Radioiodine‐Mediated Transition Metal Valence Conversion for Enhanced Chemodynamic Therapy

Abstract Chemodynamic therapy (CDT) presents promise as a cancer treatment method, but its efficacy faces challenges due to the inefficient Fenton catalytic reaction, where the transition metals' conversion from high to low valence states acts as the rate‐limiting step.

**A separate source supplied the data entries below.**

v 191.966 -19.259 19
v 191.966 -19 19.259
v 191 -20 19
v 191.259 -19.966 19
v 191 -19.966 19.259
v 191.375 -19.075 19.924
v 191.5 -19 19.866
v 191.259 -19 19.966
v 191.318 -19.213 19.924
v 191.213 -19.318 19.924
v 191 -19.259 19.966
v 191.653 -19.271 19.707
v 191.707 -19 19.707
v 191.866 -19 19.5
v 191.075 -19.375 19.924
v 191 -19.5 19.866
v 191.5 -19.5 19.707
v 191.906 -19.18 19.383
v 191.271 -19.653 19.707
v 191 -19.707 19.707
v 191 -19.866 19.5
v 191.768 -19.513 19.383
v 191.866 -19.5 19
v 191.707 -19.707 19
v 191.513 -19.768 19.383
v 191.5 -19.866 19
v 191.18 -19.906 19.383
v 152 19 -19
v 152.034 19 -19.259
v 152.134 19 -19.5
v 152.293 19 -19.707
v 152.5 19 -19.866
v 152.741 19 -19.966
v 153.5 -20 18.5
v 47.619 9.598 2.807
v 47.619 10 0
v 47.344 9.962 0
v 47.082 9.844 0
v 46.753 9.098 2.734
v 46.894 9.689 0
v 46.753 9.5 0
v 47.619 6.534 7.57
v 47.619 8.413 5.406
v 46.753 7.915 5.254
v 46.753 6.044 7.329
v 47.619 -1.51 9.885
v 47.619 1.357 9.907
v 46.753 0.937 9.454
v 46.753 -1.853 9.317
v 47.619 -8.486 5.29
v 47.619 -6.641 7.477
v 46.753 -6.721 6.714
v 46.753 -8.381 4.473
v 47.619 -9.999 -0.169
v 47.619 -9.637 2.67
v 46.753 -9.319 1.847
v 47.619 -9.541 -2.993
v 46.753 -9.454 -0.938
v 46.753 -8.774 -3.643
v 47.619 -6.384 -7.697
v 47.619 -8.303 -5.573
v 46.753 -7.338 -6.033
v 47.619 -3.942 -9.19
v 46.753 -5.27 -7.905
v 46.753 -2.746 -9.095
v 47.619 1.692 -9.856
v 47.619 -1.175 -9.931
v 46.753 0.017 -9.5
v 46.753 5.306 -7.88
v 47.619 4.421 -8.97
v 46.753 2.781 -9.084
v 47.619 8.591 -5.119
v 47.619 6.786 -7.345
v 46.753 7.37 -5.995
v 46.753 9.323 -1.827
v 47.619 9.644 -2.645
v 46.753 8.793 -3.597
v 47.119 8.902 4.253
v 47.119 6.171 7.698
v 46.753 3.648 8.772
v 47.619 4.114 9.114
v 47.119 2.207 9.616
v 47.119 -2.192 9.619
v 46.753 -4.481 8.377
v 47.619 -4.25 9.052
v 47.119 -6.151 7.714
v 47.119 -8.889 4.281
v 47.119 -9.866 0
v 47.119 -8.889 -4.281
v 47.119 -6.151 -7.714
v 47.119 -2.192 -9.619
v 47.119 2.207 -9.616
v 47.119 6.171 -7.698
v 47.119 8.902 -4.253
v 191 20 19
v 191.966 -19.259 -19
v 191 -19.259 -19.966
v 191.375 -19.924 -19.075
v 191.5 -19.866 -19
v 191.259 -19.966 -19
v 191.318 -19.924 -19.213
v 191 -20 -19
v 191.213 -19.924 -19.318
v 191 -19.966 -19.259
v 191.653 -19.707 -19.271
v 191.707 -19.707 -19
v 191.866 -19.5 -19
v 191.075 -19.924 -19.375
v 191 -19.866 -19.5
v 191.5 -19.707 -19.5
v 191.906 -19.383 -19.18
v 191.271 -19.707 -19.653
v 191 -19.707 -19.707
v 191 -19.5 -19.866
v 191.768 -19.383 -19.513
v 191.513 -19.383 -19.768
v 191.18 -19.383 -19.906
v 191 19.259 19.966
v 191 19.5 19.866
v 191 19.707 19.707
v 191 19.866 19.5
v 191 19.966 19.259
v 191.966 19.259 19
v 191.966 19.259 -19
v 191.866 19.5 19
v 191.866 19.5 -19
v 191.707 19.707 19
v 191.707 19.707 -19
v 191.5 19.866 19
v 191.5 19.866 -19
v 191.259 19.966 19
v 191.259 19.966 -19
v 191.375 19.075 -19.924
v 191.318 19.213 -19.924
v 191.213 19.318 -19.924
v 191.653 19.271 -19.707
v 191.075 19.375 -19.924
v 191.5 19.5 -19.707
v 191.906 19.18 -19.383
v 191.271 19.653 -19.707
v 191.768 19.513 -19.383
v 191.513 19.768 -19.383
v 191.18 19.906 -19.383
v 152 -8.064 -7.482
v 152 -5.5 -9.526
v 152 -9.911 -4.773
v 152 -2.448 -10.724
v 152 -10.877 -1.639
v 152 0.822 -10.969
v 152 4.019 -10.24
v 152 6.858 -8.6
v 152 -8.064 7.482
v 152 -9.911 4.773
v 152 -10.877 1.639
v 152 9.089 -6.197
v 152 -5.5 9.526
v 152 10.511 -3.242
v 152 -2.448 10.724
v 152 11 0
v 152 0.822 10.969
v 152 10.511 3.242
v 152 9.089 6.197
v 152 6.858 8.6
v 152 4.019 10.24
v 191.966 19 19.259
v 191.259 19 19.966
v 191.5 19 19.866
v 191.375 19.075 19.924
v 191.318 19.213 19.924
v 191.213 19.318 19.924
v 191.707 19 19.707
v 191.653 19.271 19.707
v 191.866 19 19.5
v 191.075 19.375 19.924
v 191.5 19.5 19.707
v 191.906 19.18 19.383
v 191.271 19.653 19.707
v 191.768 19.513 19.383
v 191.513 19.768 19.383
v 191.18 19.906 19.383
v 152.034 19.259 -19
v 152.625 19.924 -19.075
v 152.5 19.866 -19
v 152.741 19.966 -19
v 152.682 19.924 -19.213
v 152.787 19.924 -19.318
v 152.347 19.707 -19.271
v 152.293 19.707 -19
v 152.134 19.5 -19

Here, a strategy employing radioiodine is introduced to facilitate the valence conversion of transition metals for CDT enhancement. Iron‐based metal‐organic framework (MOF) nanoparticles (NPs) are synthesized labeled with radioiodine‐125 ( 125 I), referred to as 125 I‐MIL‐88B(Fe) NPs. These NPs possess a porous structure capable of concentrating and catalyzing H 2 O 2 to generate highly toxic hydroxyl radicals (·OH). Furthermore, 125 I can continuously produce hydrated electrons (e aq − ) in aqueous environments, promoting the conversion of Fe 3+ /Fe 2+ to boost ·OH production. In vitro and in vivo experiments validate the enhanced CDT effect on pancreatic cancer, driven by the reactive oxygen species (ROS)/mitogen‐activated protein kinase (MAPK)/p53 pathway‐mediated cell apoptosis. The radioiodine‐mediated electron‐supplying strategy not only amplifies the effectiveness of CDT but also unlocks new potential applications for radionuclides.